◆ **Directions**: Using the records below, output the stretch that opens with the line containing "#390=ORIENTED_EDGE('',*,*,#45,.F.);" and closes with the line containing "#398=ORIENTED_EDGE('',*,*,#324,.T.);", exactly and including both lines, with nothing more.

++++++++++++++++++++

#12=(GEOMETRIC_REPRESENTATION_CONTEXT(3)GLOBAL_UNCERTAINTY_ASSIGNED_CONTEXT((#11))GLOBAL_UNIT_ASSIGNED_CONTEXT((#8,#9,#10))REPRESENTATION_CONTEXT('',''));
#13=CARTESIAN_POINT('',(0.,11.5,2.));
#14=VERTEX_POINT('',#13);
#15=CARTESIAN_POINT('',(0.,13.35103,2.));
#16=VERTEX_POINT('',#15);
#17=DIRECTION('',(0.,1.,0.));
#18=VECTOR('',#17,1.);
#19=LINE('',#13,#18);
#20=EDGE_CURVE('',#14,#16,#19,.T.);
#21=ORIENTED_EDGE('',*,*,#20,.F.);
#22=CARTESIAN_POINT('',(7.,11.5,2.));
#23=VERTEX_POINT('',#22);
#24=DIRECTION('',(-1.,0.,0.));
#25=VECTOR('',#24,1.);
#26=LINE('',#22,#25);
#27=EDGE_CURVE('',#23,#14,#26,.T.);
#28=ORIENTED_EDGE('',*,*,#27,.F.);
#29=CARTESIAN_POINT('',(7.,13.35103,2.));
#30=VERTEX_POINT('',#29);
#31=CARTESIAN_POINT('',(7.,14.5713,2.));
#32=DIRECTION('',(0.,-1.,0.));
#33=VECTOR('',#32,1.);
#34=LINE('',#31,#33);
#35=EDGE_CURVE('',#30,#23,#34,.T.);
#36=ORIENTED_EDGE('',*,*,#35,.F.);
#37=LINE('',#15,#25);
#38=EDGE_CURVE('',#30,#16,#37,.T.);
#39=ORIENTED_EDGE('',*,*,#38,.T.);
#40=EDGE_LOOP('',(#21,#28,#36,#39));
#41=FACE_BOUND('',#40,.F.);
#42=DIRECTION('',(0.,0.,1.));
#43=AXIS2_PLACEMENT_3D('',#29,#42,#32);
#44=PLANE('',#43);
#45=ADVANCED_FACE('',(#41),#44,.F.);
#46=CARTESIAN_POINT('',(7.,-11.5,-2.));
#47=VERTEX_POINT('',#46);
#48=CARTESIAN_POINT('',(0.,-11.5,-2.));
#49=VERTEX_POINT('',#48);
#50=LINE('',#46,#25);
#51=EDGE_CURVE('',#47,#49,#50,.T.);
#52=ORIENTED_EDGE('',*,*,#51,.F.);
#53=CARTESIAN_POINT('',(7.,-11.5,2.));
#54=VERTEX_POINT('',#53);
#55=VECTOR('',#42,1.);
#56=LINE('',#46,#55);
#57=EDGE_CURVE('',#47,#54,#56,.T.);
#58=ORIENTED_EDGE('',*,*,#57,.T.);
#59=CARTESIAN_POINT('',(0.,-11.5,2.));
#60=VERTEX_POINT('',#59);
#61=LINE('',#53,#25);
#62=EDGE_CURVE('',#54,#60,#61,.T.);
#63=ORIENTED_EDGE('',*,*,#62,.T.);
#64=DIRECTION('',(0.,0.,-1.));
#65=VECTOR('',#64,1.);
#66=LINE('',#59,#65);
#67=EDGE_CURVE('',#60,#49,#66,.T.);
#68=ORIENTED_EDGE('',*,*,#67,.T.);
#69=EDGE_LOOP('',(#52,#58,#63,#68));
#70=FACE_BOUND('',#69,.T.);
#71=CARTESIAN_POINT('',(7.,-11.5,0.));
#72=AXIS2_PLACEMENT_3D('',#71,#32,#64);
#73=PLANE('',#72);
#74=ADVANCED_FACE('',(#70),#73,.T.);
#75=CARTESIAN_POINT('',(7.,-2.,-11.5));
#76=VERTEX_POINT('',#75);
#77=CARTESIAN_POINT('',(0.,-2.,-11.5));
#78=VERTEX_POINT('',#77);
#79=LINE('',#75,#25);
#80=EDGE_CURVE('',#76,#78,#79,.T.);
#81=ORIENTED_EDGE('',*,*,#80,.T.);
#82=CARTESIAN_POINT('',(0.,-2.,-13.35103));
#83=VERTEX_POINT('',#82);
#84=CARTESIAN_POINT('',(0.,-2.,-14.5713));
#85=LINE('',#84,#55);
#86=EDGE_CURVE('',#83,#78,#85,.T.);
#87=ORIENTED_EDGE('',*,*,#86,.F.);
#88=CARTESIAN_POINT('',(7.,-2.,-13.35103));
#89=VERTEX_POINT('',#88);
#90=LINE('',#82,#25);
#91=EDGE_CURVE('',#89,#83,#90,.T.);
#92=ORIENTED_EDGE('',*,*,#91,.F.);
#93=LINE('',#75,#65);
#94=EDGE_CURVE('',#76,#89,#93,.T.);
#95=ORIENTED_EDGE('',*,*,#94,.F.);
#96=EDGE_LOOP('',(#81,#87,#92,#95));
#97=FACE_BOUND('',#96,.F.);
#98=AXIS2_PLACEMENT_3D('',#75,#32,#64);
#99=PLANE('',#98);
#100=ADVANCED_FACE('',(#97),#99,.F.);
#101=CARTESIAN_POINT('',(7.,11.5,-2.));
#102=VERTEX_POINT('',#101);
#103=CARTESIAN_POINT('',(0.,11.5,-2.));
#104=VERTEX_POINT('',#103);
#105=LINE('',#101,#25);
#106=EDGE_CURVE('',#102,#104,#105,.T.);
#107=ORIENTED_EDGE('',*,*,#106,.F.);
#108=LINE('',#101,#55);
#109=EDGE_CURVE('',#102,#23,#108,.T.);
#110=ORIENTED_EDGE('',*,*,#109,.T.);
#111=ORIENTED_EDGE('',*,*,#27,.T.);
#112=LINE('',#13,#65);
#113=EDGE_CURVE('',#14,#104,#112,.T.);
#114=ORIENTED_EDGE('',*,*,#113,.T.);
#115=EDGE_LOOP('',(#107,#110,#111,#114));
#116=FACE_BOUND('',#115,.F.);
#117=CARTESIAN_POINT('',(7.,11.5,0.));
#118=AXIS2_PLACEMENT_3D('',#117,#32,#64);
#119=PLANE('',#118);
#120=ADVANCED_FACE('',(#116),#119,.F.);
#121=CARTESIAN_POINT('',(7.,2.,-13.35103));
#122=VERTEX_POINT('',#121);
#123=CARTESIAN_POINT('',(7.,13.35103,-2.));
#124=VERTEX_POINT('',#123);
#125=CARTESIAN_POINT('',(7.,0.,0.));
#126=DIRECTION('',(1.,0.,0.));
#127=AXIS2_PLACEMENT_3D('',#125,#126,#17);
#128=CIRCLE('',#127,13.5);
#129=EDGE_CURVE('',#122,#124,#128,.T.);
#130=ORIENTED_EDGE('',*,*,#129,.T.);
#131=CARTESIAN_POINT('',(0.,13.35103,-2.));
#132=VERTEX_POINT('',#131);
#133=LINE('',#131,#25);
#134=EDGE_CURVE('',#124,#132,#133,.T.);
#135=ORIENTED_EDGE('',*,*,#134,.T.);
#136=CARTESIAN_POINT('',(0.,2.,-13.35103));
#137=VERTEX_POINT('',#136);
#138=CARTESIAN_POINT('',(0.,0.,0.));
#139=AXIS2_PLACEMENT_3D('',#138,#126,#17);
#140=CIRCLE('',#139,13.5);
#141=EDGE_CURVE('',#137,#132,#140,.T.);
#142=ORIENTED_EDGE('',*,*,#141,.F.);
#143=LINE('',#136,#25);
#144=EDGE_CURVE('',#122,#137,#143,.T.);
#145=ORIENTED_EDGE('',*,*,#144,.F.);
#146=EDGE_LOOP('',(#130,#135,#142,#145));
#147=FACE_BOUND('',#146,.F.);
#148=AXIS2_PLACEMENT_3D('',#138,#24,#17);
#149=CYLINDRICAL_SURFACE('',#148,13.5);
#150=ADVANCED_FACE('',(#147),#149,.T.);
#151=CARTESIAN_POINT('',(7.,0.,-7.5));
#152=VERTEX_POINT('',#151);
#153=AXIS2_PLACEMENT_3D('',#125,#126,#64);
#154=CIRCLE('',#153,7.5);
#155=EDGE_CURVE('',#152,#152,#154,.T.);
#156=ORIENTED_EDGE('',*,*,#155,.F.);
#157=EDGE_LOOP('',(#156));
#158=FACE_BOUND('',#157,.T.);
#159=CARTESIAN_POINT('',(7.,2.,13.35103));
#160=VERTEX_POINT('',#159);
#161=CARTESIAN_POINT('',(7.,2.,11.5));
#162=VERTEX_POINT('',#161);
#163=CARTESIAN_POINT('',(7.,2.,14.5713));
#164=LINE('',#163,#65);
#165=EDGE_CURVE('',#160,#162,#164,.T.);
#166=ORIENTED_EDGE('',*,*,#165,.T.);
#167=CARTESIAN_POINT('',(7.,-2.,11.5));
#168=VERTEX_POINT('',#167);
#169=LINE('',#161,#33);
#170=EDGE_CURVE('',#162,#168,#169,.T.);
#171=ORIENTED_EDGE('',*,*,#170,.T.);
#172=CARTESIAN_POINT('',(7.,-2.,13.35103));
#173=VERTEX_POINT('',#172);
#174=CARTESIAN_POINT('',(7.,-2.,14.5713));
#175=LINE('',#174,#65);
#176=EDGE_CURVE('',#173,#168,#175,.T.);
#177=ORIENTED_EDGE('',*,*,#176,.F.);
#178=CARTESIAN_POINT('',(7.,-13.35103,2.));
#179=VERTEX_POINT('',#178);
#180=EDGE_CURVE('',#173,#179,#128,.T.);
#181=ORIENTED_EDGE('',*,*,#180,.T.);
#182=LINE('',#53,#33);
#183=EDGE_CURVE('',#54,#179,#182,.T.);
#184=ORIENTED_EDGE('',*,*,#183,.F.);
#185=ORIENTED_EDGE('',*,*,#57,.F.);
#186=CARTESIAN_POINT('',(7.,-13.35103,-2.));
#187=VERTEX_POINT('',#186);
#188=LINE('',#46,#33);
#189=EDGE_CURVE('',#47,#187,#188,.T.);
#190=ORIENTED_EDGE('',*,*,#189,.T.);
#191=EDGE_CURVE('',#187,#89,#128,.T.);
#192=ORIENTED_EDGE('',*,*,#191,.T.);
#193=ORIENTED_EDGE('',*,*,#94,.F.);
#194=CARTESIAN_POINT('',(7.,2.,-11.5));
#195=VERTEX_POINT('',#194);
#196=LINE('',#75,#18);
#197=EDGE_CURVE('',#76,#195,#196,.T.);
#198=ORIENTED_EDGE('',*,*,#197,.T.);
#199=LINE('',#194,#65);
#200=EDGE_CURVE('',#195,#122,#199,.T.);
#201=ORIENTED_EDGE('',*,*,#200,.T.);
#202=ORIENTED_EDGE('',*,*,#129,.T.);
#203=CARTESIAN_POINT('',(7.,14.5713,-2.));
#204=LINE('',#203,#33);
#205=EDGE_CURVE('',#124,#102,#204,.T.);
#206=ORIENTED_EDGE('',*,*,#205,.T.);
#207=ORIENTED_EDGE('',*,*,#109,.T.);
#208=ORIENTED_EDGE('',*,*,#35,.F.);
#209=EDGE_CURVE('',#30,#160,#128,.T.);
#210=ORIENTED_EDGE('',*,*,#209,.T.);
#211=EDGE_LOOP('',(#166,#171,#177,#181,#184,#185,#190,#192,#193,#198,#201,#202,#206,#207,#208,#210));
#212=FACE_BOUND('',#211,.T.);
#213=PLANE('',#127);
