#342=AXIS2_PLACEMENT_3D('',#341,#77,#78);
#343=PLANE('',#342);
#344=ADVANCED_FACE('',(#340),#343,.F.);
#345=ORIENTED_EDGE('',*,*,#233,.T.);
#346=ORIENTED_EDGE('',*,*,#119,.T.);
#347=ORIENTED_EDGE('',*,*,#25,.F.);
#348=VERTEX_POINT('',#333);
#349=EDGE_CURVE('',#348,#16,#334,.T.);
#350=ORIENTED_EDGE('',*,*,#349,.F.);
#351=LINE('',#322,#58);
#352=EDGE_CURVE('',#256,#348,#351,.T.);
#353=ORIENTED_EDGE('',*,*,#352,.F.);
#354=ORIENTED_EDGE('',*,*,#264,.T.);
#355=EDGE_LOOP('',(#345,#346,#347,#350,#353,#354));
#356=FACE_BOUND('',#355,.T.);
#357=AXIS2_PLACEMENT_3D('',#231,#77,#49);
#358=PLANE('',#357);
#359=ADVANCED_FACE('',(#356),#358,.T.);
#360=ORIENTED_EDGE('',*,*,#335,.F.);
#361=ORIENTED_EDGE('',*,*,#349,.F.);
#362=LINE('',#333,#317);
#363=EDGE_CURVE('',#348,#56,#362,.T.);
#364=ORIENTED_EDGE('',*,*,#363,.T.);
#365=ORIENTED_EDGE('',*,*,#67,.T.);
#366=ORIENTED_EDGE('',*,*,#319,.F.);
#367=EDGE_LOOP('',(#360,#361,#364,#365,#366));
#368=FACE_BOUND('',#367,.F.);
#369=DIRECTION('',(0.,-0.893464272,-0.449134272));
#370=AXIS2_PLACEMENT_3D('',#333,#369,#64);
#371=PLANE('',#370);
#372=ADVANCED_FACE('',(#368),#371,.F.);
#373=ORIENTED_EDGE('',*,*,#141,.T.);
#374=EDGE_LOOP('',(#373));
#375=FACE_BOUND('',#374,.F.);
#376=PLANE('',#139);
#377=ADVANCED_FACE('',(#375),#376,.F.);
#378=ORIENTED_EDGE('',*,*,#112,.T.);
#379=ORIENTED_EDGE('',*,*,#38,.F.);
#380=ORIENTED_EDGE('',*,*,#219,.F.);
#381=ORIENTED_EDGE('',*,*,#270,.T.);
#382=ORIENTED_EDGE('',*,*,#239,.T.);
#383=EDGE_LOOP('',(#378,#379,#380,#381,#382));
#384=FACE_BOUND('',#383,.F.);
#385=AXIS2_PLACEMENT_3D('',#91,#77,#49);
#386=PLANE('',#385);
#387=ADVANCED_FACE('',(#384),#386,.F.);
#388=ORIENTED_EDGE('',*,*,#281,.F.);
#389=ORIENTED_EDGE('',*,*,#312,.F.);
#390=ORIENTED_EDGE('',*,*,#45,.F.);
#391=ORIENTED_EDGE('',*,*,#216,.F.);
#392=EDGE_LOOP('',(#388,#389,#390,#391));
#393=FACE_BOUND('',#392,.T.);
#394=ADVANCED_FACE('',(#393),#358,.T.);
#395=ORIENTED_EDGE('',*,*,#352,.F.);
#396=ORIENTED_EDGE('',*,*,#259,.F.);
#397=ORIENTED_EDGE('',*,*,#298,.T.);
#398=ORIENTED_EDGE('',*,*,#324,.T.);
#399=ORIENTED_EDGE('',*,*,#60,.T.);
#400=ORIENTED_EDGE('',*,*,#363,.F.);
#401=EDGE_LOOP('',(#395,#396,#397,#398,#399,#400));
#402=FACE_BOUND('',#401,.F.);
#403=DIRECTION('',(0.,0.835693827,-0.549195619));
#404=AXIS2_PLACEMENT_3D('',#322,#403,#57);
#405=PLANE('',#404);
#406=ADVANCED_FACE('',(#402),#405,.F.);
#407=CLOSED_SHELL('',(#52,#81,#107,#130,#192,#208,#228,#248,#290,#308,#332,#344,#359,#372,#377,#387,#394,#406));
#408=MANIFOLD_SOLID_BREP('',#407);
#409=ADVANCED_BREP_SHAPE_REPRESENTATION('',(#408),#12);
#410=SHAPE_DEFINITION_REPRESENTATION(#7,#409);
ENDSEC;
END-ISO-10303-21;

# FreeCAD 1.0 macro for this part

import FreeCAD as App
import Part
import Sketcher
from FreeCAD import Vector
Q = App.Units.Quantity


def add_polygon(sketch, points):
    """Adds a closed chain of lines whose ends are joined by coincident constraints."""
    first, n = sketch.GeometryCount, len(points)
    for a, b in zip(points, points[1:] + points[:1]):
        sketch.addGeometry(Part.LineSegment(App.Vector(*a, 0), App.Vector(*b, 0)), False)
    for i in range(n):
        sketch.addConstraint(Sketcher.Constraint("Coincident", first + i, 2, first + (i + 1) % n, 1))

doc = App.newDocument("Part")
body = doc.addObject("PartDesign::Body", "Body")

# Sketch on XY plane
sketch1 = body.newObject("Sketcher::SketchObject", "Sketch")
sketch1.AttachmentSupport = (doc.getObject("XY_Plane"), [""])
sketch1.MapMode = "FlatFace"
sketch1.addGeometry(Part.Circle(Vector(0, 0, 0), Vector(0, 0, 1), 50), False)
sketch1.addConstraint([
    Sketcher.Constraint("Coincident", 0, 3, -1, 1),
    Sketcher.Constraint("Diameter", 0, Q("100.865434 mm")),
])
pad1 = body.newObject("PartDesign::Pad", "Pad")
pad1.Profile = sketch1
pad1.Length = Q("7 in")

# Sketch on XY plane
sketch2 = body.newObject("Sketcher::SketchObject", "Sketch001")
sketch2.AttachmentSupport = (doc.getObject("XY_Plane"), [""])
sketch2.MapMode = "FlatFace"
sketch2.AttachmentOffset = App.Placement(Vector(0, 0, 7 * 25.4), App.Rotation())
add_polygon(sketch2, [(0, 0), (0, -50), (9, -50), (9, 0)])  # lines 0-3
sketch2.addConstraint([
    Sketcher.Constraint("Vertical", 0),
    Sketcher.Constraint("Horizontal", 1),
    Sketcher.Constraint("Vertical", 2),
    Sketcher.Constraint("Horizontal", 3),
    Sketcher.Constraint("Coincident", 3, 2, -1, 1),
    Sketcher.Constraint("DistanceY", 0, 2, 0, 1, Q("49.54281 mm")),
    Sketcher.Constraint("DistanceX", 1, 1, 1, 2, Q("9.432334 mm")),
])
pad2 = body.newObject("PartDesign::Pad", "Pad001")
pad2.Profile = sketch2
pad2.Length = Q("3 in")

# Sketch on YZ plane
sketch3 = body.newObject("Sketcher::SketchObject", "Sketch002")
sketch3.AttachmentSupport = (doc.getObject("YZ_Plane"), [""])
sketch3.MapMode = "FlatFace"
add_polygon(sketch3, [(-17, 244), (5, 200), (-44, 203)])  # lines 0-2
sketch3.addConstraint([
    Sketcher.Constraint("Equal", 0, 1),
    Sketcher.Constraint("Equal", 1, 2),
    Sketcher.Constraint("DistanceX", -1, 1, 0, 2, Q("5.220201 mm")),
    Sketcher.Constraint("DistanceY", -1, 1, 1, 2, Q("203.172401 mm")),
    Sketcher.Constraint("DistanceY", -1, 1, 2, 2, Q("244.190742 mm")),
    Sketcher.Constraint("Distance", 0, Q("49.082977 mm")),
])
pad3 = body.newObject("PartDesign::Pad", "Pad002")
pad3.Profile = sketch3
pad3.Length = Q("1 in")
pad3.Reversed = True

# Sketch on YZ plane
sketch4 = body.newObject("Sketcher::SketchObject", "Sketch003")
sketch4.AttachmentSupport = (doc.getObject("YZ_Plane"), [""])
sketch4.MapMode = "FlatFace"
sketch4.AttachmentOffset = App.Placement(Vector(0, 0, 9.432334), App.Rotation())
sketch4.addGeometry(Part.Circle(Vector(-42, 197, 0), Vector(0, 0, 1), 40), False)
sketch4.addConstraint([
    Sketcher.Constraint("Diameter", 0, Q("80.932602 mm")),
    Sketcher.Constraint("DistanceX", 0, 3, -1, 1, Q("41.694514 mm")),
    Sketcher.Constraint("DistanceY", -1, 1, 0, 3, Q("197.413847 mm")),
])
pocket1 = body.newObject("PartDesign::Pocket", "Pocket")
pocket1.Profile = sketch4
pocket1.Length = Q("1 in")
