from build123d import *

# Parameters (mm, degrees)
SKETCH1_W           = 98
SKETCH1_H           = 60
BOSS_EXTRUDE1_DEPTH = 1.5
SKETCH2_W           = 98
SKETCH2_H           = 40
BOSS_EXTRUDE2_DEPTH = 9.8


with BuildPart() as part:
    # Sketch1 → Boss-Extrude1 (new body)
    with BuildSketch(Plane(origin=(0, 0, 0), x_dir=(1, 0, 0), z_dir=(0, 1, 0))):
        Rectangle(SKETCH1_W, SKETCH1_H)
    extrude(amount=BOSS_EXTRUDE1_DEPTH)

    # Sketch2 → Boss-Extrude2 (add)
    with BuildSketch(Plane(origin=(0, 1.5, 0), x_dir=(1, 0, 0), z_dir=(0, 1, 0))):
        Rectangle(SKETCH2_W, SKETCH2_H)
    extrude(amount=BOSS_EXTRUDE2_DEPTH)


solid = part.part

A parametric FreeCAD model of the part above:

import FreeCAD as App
import Part
import Sketcher

doc = App.newDocument("Part")
params = doc.addObject("Spreadsheet::Sheet", "Params")
for row, (alias, value) in enumerate([
    ("sketch1_width", "98 mm"),
    ("sketch1_height", "60 mm"),
    ("pad1_length", "1.5 mm"),
    ("sketch2_width", "98 mm"),
    ("sketch2_height", "40 mm"),
    ("pad2_length", "9.8 mm"),
], start=1):
    params.set(f"A{row}", alias)
    params.set(f"B{row}", "=" + value)
    params.setAlias(f"B{row}", alias)

body = doc.addObject("PartDesign::Body", "Body")

sketch1 = body.newObject("Sketcher::SketchObject", "Sketch")
sketch1.AttachmentSupport = (doc.getObject("XZ_Plane"), [""])
sketch1.MapMode = "FlatFace"
sketch1.addGeometry([
    Part.LineSegment(App.Vector(-49, -30, 0), App.Vector(-49, 30, 0)),
    Part.LineSegment(App.Vector(-49, 30, 0), App.Vector(49, 30, 0)),
    Part.LineSegment(App.Vector(49, 30, 0), App.Vector(49, -30, 0)),
    Part.LineSegment(App.Vector(49, -30, 0), App.Vector(-49, -30, 0)),
], False)
sketch1.addConstraint([
    Sketcher.Constraint("Coincident", 0, 2, 1, 1),
    Sketcher.Constraint("Coincident", 1, 2, 2, 1),
    Sketcher.Constraint("Coincident", 2, 2, 3, 1),
    Sketcher.Constraint("Coincident", 3, 2, 0, 1),
    Sketcher.Constraint("Vertical", 0),
    Sketcher.Constraint("Horizontal", 1),
    Sketcher.Constraint("Vertical", 2),
    Sketcher.Constraint("Horizontal", 3),
    Sketcher.Constraint("Symmetric", 0, 2, 2, 2, -1, 1),
    Sketcher.Constraint("DistanceX", 1, 1, 1, 2, 98.0),
    Sketcher.Constraint("DistanceY", 0, 1, 0, 2, 60.0),
])
sketch1.setExpression("Constraints[9]", "Params.sketch1_width")
sketch1.setExpression("Constraints[10]", "Params.sketch1_height")
pad1 = body.newObject("PartDesign::Pad", "Pad")
pad1.Profile = sketch1
pad1.setExpression("Length", "Params.pad1_length")
pad1.Reversed = True

sketch2 = body.newObject("Sketcher::SketchObject", "Sketch001")
sketch2.AttachmentSupport = (doc.getObject("XZ_Plane"), [""])
sketch2.MapMode = "FlatFace"
sketch2.AttachmentOffset = App.Placement(App.Vector(0, 0, -1.5), App.Rotation())
sketch2.addGeometry([
    Part.LineSegment(App.Vector(-49, -20, 0), App.Vector(-49, 20, 0)),
    Part.LineSegment(App.Vector(-49, 20, 0), App.Vector(49, 20, 0)),
    Part.LineSegment(App.Vector(49, 20, 0), App.Vector(49, -20, 0)),
    Part.LineSegment(App.Vector(49, -20, 0), App.Vector(-49, -20, 0)),
], False)
sketch2.addConstraint([
    Sketcher.Constraint("Coincident", 0, 2, 1, 1),
    Sketcher.Constraint("Coincident", 1, 2, 2, 1),
    Sketcher.Constraint("Coincident", 2, 2, 3, 1),
    Sketcher.Constraint("Coincident", 3, 2, 0, 1),
    Sketcher.Constraint("Vertical", 0),
    Sketcher.Constraint("Horizontal", 1),
    Sketcher.Constraint("Vertical", 2),
    Sketcher.Constraint("Horizontal", 3),
    Sketcher.Constraint("Symmetric", 0, 2, 2, 2, -1, 1),
    Sketcher.Constraint("DistanceX", 1, 1, 1, 2, 98.0),
    Sketcher.Constraint("DistanceY", 0, 1, 0, 2, 40.0),
])
sketch2.setExpression("Constraints[9]", "Params.sketch2_width")
sketch2.setExpression("Constraints[10]", "Params.sketch2_height")
pad2 = body.newObject("PartDesign::Pad", "Pad001")
pad2.Profile = sketch2
pad2.setExpression("Length", "Params.pad2_length")
pad2.Reversed = True

doc.recompute()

++++++++++++++++++++

◆ **Exercise solution**:
#390=ORIENTED_EDGE('',*,*,#45,.F.);
#391=ORIENTED_EDGE('',*,*,#216,.F.);
#392=EDGE_LOOP('',(#388,#389,#390,#391));
#393=FACE_BOUND('',#392,.T.);
#394=ADVANCED_FACE('',(#393),#358,.T.);
#395=ORIENTED_EDGE('',*,*,#352,.F.);
#396=ORIENTED_EDGE('',*,*,#259,.F.);
#397=ORIENTED_EDGE('',*,*,#298,.T.);
#398=ORIENTED_EDGE('',*,*,#324,.T.);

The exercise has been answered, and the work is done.